Figure 12 presents a decision curve for the SVM classifier at hand, obtained from the small dataset of 1000 samples. It can be seen that the net benefit of the model is positive.
Finally, it should be stated that the SVM classifier was trained on a synthetic data generated by numerical simulations. Considering the importance of the power system, further testing of the classifier is recommended, preferably using the actual (measured) generator data. This, however, could be difficult to achieve, since the participation (and permission) of the machine owner would be required.
4. Conclusions
The massive integration of power electronic converters, along with the continuous displacement of synchronous generators, is fundamentally changing the dynamic characteristics of power systems, which imposes new challenges on the stable and resilient operation of power grids. Since the generator relay protections are directly facing these challenges, strengthening their decision-making logic may be seen as a prudent step in the direction of securing the system stability. Hence, this paper introduced a support vector machine based (binary) classifier for supporting the synchronous generator underimpedance (21G) and out-of-step (78) relay protection functions, which are based on the IEC standards and European practice. Both protection functions are impedance-based and feature polygonal characteristics (i.e., they do not employ MHO-type circles, which is a standard practice in the US). As a side note, it could be mentioned that Siemens’ implementation of the underexcitation protection (i.e., loss-of-field protection, ANSI 40) does not feature MHO-type offset circle either (which is again very different from the US practice); instead, it is based on a special three-lines characteristic, presented in the admittance (G, B) plane and applied directly on top of the generator’s capability curve.

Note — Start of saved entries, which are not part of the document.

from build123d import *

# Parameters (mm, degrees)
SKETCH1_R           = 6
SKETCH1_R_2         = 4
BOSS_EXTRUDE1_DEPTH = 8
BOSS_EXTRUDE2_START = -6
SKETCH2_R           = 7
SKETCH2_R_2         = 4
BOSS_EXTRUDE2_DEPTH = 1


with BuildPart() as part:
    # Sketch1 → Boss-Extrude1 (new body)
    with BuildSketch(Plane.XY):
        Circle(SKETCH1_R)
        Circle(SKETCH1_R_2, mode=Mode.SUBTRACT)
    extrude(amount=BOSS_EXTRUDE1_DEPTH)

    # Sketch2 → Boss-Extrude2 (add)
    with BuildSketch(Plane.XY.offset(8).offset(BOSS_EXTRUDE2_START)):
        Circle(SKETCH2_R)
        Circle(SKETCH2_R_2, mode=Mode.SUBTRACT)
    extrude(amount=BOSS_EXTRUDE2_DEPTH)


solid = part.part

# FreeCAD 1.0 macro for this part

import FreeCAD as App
import Part
import Sketcher

V = App.Vector

doc = App.newDocument("Part")
body = doc.addObject("PartDesign::Body", "Body")

# Sketch on XY plane
sketch1 = doc.addObject("Sketcher::SketchObject", "Sketch")
body.addObject(sketch1)
sketch1.AttachmentSupport = (doc.XY_Plane, [""])
sketch1.MapMode = "FlatFace"
sketch1.addGeometry([
    Part.Circle(V(0, 0, 0), V(0, 0, 1), 6),
    Part.Circle(V(0, 0, 0), V(0, 0, 1), 4),
], False)
sketch1.addConstraint([
    Sketcher.Constraint("Coincident", 0, 3, -1, 1),
    Sketcher.Constraint("Coincident", 1, 3, -1, 1),
    Sketcher.Constraint("Diameter", 0, 12.0),
    Sketcher.Constraint("Diameter", 1, 8.0),
])
pad1 = doc.addObject("PartDesign::Pad", "Pad")
body.addObject(pad1)
pad1.Profile = sketch1
pad1.Length = 8

# Sketch on XY plane
sketch2 = doc.addObject("Sketcher::SketchObject", "Sketch001")
body.addObject(sketch2)
sketch2.AttachmentSupport = (doc.XY_Plane, [""])
sketch2.MapMode = "FlatFace"
sketch2.AttachmentOffset = App.Placement(V(0, 0, 2), App.Rotation())
sketch2.addGeometry([
    Part.Circle(V(0, 0, 0), V(0, 0, 1), 7),
    Part.Circle(V(0, 0, 0), V(0, 0, 1), 4),
], False)
sketch2.addConstraint([
    Sketcher.Constraint("Coincident", 0, 3, -1, 1),
    Sketcher.Constraint("Coincident", 1, 3, -1, 1),
    Sketcher.Constraint("Diameter", 0, 14.0),
    Sketcher.Constraint("Diameter", 1, 8.0),
])
pad2 = doc.addObject("PartDesign::Pad", "Pad001")
body.addObject(pad2)
pad2.Profile = sketch2
pad2.Length = 1

doc.recompute()
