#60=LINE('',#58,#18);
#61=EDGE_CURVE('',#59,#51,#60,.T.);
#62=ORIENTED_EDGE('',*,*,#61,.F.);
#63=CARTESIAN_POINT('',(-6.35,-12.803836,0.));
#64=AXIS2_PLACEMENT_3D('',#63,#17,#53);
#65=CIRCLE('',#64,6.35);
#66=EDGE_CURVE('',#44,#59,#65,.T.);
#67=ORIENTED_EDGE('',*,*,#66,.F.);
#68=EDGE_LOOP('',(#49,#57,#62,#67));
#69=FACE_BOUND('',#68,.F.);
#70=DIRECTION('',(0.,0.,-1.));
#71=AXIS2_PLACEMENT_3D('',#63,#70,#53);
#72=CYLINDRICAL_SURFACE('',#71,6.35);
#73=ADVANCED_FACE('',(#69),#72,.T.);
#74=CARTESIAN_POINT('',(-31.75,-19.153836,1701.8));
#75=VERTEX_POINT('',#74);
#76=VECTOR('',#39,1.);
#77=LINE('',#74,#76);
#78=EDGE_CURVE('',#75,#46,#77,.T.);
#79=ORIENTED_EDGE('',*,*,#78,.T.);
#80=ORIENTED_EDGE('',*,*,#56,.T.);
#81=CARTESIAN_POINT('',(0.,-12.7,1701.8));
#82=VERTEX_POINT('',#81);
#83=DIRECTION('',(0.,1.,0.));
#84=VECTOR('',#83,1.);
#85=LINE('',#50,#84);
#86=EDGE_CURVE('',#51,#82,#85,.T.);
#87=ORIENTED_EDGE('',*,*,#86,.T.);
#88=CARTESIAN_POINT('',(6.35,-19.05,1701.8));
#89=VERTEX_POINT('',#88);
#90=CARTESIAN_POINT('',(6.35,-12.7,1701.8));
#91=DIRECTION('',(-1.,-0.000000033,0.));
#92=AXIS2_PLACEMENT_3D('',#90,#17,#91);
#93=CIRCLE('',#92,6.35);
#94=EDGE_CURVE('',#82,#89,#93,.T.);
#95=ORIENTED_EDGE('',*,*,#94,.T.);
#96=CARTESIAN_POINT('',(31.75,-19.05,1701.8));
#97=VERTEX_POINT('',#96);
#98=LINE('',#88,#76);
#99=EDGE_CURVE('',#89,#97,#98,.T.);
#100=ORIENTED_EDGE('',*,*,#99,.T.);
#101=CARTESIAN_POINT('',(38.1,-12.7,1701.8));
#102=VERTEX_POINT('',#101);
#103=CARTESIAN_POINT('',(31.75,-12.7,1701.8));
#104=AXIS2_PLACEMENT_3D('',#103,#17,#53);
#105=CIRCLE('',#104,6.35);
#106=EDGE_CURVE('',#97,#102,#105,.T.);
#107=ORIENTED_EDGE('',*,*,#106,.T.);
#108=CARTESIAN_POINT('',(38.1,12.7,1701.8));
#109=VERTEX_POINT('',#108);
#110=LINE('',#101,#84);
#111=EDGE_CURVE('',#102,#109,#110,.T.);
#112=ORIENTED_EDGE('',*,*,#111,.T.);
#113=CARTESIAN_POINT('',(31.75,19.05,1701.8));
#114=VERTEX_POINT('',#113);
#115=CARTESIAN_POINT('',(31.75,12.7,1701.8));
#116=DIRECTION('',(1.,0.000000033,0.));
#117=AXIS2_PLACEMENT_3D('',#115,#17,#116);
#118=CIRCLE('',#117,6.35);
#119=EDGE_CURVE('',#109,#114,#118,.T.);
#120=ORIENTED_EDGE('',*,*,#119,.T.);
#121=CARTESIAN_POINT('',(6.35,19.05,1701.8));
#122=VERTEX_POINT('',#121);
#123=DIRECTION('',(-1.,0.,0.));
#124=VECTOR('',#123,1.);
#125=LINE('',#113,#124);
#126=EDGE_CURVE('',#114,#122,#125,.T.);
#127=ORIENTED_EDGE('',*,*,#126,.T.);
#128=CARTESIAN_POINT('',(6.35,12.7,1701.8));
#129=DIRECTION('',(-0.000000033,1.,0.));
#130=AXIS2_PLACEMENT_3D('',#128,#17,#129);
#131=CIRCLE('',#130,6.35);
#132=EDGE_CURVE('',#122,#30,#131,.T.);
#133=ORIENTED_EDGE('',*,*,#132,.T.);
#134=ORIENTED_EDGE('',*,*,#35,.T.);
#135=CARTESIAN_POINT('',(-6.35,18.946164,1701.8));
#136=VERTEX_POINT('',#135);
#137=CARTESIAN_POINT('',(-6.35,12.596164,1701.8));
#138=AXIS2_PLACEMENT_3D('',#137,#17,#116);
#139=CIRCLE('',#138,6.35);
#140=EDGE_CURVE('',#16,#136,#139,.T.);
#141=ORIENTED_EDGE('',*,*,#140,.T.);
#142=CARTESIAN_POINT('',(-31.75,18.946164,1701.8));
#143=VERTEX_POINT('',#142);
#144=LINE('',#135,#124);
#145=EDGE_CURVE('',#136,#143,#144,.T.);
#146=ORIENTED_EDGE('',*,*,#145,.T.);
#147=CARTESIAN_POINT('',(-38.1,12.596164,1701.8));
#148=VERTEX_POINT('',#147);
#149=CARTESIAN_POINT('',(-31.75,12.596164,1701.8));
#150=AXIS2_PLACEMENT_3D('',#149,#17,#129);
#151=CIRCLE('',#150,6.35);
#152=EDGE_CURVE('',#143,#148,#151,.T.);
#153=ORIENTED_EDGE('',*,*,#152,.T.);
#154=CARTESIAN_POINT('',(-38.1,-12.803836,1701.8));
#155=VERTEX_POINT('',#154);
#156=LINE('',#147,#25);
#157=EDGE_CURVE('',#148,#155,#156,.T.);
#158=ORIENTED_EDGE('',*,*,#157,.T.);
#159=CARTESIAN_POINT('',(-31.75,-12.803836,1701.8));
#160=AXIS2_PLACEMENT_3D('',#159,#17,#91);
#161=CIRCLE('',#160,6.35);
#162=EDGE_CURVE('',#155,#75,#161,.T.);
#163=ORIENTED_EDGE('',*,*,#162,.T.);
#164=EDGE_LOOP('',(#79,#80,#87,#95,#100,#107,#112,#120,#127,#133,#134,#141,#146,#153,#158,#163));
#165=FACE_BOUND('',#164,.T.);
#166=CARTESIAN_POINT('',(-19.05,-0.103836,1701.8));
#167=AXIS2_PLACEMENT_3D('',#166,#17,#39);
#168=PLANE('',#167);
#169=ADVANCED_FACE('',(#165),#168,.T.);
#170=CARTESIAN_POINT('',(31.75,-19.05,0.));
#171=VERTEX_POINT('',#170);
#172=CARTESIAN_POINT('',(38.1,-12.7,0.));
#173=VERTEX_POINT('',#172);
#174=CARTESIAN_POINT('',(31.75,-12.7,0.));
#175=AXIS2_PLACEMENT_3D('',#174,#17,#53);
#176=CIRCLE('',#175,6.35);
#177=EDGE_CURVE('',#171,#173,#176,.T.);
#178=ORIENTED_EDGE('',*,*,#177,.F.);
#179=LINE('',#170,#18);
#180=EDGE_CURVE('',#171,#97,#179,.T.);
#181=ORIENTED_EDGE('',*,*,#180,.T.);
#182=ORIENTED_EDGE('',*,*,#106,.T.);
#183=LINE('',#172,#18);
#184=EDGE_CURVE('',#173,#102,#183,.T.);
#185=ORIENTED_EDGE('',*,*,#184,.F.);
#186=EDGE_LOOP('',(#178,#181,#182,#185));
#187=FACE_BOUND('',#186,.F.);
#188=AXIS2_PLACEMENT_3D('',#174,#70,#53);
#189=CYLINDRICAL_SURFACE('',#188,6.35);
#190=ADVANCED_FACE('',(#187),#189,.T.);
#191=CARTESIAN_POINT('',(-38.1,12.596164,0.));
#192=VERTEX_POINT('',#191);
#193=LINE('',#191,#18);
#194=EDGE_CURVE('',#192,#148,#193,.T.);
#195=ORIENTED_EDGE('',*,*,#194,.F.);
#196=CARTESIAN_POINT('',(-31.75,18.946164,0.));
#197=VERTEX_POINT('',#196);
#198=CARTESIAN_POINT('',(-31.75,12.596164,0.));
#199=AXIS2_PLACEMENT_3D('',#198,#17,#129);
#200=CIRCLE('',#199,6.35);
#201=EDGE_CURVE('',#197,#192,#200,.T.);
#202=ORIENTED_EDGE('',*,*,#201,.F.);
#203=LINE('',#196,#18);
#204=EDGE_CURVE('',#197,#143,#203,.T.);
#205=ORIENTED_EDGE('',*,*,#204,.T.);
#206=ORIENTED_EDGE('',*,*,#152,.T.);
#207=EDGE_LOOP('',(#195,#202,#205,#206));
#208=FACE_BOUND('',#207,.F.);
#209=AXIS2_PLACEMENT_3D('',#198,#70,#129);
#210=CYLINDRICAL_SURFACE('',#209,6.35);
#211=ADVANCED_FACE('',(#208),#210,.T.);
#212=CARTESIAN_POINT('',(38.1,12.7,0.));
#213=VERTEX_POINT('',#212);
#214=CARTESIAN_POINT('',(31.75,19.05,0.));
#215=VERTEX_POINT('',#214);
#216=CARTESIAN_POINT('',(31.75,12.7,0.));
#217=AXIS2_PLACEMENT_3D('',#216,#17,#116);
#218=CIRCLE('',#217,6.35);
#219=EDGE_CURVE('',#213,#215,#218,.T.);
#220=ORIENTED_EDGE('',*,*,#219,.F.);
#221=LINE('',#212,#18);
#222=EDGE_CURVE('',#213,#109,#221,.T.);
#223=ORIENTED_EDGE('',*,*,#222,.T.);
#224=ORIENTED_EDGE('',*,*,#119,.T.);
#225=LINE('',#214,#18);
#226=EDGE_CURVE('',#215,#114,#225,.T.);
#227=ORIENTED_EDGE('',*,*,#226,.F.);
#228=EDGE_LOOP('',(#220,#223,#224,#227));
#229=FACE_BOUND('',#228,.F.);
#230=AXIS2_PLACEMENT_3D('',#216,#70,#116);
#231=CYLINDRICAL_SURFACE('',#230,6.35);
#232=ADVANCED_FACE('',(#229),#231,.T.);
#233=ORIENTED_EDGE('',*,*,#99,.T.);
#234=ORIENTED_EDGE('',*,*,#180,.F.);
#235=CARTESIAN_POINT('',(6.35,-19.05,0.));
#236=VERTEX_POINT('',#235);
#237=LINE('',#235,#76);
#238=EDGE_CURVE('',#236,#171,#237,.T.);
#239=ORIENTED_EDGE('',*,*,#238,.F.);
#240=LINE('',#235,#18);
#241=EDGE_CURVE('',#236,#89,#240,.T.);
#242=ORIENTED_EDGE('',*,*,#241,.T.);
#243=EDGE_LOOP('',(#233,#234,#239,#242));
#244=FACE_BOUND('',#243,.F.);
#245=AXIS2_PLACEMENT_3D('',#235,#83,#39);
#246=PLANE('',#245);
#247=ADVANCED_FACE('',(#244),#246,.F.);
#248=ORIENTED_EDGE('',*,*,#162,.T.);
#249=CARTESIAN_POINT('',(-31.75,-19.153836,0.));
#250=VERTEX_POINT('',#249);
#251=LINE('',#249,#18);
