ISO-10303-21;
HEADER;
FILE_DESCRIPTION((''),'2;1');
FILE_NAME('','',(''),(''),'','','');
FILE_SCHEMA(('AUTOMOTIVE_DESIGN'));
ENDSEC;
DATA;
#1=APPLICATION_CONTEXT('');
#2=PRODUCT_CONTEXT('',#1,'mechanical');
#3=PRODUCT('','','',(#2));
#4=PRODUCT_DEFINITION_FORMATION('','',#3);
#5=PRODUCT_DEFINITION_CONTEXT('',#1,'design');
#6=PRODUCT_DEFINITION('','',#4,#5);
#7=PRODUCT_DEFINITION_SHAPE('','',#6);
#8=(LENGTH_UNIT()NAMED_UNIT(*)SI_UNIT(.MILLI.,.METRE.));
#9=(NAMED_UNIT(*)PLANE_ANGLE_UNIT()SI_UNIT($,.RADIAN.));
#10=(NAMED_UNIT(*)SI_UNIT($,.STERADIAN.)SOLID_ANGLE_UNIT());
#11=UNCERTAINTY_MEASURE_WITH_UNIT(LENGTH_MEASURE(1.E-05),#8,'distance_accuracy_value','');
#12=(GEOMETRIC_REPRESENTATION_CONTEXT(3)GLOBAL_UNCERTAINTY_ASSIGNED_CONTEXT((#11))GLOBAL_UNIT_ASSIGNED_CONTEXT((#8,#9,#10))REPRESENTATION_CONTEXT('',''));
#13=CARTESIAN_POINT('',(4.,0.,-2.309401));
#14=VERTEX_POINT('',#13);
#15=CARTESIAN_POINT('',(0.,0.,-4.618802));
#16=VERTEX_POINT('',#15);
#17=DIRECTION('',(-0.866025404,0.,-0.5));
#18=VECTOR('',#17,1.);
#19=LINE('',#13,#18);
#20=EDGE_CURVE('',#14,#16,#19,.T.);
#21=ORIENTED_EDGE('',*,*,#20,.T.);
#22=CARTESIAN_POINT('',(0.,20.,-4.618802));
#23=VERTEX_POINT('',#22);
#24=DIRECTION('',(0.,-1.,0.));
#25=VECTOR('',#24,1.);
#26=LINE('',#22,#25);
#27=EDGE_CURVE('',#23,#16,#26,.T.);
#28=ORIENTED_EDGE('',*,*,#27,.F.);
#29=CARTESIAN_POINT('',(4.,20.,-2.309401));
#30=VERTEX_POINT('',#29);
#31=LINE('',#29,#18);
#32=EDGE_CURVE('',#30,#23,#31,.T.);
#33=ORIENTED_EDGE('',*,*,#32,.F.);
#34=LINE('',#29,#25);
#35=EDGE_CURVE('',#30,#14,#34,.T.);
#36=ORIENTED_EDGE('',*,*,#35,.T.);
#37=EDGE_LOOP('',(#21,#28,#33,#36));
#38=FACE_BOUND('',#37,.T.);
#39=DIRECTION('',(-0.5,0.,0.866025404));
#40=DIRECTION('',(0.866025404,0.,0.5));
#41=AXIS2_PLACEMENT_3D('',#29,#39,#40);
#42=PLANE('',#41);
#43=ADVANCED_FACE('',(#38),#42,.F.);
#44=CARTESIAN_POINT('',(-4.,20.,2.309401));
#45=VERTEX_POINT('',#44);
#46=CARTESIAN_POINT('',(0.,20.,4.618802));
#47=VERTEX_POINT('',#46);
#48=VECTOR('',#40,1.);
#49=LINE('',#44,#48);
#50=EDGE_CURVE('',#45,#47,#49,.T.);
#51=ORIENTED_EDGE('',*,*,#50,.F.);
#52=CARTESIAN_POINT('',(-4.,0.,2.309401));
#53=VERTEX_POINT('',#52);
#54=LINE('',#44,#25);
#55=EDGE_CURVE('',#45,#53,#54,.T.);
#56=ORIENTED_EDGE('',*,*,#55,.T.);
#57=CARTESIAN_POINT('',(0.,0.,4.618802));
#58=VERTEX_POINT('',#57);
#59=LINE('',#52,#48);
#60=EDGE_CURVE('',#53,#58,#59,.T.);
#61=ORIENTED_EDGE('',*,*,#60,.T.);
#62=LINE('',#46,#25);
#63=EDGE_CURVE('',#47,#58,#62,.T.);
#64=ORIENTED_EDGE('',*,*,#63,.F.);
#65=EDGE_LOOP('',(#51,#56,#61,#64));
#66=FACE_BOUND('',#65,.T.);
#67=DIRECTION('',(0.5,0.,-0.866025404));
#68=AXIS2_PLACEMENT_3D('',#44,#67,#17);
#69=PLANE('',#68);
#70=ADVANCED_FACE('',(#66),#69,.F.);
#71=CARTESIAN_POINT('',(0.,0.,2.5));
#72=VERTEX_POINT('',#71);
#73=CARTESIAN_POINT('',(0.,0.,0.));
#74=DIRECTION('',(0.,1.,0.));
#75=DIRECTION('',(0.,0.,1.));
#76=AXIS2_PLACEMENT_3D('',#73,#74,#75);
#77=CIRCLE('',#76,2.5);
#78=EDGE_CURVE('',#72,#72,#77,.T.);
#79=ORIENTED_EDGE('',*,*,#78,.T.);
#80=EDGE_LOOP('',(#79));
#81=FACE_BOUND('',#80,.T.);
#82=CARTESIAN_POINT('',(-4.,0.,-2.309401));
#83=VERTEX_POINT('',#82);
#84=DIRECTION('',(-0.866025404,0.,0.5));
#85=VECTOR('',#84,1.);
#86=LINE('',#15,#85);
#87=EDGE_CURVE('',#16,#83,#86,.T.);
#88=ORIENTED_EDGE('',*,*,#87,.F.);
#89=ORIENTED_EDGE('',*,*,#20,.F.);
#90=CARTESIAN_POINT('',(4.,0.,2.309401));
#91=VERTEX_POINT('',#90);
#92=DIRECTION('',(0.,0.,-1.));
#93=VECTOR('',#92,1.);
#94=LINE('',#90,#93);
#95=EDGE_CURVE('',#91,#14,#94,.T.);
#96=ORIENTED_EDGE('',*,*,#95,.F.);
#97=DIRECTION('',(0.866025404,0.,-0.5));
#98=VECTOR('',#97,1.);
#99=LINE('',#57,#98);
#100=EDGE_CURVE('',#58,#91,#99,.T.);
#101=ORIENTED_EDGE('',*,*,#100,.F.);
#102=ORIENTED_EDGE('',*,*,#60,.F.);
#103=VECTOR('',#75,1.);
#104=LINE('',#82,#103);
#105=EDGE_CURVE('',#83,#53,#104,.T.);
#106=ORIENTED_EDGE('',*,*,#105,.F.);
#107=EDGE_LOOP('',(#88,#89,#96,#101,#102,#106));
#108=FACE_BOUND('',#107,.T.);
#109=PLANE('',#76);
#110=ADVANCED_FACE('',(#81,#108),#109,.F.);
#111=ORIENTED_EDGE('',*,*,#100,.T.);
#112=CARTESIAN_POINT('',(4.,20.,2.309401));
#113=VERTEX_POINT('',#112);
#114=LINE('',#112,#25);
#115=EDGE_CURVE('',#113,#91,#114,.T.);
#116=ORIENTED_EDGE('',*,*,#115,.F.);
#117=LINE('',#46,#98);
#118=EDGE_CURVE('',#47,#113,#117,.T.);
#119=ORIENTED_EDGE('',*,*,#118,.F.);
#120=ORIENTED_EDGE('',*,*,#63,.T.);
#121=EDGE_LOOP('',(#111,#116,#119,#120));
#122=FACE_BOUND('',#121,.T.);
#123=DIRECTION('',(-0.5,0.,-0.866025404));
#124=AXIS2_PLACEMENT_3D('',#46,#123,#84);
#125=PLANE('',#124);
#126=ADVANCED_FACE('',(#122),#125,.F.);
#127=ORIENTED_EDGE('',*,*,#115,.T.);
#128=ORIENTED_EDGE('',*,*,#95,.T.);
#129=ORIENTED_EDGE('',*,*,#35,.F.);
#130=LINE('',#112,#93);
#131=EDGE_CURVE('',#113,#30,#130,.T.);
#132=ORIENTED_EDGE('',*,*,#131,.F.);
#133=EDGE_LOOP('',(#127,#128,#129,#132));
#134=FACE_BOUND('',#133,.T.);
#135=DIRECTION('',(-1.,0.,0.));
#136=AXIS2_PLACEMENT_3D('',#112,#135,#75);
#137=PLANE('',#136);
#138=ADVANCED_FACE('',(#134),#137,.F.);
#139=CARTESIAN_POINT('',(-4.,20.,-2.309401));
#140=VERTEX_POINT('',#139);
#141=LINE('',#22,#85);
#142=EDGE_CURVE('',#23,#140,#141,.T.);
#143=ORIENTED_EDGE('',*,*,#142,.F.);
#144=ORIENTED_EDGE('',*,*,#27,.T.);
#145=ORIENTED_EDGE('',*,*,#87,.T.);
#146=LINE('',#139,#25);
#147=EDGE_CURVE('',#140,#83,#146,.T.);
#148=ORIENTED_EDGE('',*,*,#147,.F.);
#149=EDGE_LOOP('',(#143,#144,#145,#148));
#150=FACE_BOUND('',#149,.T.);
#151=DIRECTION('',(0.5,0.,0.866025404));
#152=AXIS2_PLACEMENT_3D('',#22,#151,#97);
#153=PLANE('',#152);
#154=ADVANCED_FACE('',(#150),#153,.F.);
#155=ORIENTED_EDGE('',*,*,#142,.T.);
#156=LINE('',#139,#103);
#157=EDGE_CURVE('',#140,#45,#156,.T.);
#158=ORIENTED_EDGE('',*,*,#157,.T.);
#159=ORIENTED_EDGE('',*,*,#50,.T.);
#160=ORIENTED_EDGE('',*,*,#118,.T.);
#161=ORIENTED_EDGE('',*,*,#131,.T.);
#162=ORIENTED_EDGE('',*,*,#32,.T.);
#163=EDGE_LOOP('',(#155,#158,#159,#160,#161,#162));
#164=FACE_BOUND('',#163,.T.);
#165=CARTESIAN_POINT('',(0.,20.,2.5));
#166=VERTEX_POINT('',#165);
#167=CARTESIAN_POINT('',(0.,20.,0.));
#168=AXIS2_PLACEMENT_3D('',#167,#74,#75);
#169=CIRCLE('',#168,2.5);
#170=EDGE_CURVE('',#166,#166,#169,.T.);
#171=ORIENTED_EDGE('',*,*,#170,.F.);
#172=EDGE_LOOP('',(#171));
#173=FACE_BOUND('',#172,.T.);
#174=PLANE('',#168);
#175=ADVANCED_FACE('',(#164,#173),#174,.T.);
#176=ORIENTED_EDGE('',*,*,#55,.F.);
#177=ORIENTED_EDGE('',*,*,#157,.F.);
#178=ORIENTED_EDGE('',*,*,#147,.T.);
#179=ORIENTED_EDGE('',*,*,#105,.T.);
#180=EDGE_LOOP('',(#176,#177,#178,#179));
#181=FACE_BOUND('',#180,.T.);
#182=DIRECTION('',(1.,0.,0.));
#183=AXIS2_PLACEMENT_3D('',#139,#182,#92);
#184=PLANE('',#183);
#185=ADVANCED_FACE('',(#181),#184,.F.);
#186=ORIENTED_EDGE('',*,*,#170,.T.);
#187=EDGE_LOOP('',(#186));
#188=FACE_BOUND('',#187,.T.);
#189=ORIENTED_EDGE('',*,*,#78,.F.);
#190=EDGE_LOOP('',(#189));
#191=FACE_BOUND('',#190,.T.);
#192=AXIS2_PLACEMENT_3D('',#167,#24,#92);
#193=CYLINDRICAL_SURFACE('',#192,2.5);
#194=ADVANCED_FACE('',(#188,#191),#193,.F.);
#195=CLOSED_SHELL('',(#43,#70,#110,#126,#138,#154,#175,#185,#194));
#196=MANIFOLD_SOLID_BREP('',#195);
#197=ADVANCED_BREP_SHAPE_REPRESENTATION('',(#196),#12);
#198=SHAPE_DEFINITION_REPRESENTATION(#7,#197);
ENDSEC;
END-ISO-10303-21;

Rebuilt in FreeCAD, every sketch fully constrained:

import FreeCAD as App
import Part
import Sketcher
from FreeCAD import Vector
Q = App.Units.Quantity

doc = App.newDocument("Part")
body = doc.addObject("PartDesign::Body", "Body")

sketch1 = doc.addObject("Sketcher::SketchObject", "Sketch")
body.addObject(sketch1)
sketch1.AttachmentSupport = (doc.XZ_Plane, [""])
sketch1.MapMode = "FlatFace"
sketch1.addGeometry([
    Part.LineSegment(Vector(0, -4.6, 0), Vector(-4, -2.3, 0)),
    Part.LineSegment(Vector(-4, -2.3, 0), Vector(-4, 2.3, 0)),
    Part.LineSegment(Vector(-4, 2.3, 0), Vector(0, 4.6, 0)),
    Part.LineSegment(Vector(0, 4.6, 0), Vector(4, 2.3, 0)),
    Part.LineSegment(Vector(4, 2.3, 0), Vector(4, -2.3, 0)),
    Part.LineSegment(Vector(4, -2.3, 0), Vector(0, -4.6, 0)),
    Part.Circle(Vector(0, 0, 0), Vector(0, 0, 1), 2.5),
], False)
sketch1.addConstraint([
    Sketcher.Constraint("Coincident", 0, 2, 1, 1),
    Sketcher.Constraint("Coincident", 1, 2, 2, 1),
    Sketcher.Constraint("Coincident", 2, 2, 3, 1),
    Sketcher.Constraint("Coincident", 3, 2, 4, 1),
    Sketcher.Constraint("Coincident", 4, 2, 5, 1),
    Sketcher.Constraint("Coincident", 5, 2, 0, 1),
    Sketcher.Constraint("Vertical", 1),
    Sketcher.Constraint("Vertical", 4),
    Sketcher.Constraint("Coincident", 6, 3, -1, 1),
    Sketcher.Constraint("Symmetric", 0, 2, 3, 2, -1, 1),
    Sketcher.Constraint("Symmetric", 2, 2, 5, 2, -1, 1),
    Sketcher.Constraint("PointOnObject", 2, 2, -2),
    Sketcher.Constraint("Parallel", 2, 5),
    Sketcher.Constraint("Horizontal", 1, 2, 3, 2),
    Sketcher.Constraint("Diameter", 6, Q("5 mm")),
    Sketcher.Constraint("Angle", 0, Q("150 deg")),
    Sketcher.Constraint("DistanceX", 0, 2, -1, 1, Q("4 mm")),
    Sketcher.Constraint("DistanceY", 0, 2, -1, 1, Q("2.309401 mm")),
])
pad1 = doc.addObject("PartDesign::Pad", "Pad")
body.addObject(pad1)
pad1.Profile = sketch1
pad1.Length = 20
pad1.Reversed = True

doc.recompute()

The proposed classifier was trained on the dataset of PMU-type signals obtained from time-domain numerical simulations of the IEEE New England 10-generator test power system, following a standard practice used in many research papers. It is then proposed as a support for the internal relay logic, for blocking of the underimpedance protection during stable power swings. It is also intended as a support for faster generator tripping, by the out-of-step protection, during unstable generator swings. In both cases, it is meant to reinforce second zone (i.e., overreaching) of both underimpedance and out-of-step protection functions, since these are “looking” into the network. In case that the underimpedance protection features a third zone, it could be used with it as well. Furthermore, in case that the underimpedance relay protection function does not provide internal power swing detection logic (as is the case with, e.g., REG 670 from ABB), the classifier could be used as an independent source of external swing detection (binary) signal for blocking the protection during stable swings.
It ought to be mentioned that it is important to train the classifier using transient simulation data obtained directly from the machine stability studies, which are often performed as part of the protection relay settings calculation. This data set does not have to be very large, as shown previously, since the SVM classifier is easy to train (i.e., it has only two hyperparameters). This will also ensure that the classifier is familiar with particular swing trajectories of the machine at hand. As part of this training process, the classifier can also be fine-tuned by selecting decision probability threshold levels that are appropriate for minimizing prediction errors.
Finally, considering the importance of generator protections for the power system stability—particularly in these evolving circumstances emanating from the large-scale integration of renewable energy sources—further testing of the classifier is recommended. Hence, future work envisions, among others, increasing the class imbalance with new network contingencies and introducing different types of (artificial) noise and measurement errors into the dataset for testing the classifier robustness and performance under these adverse conditions. Also, testing the classifier with changing generation mix and reduced system inertia is seen as another important future research direction.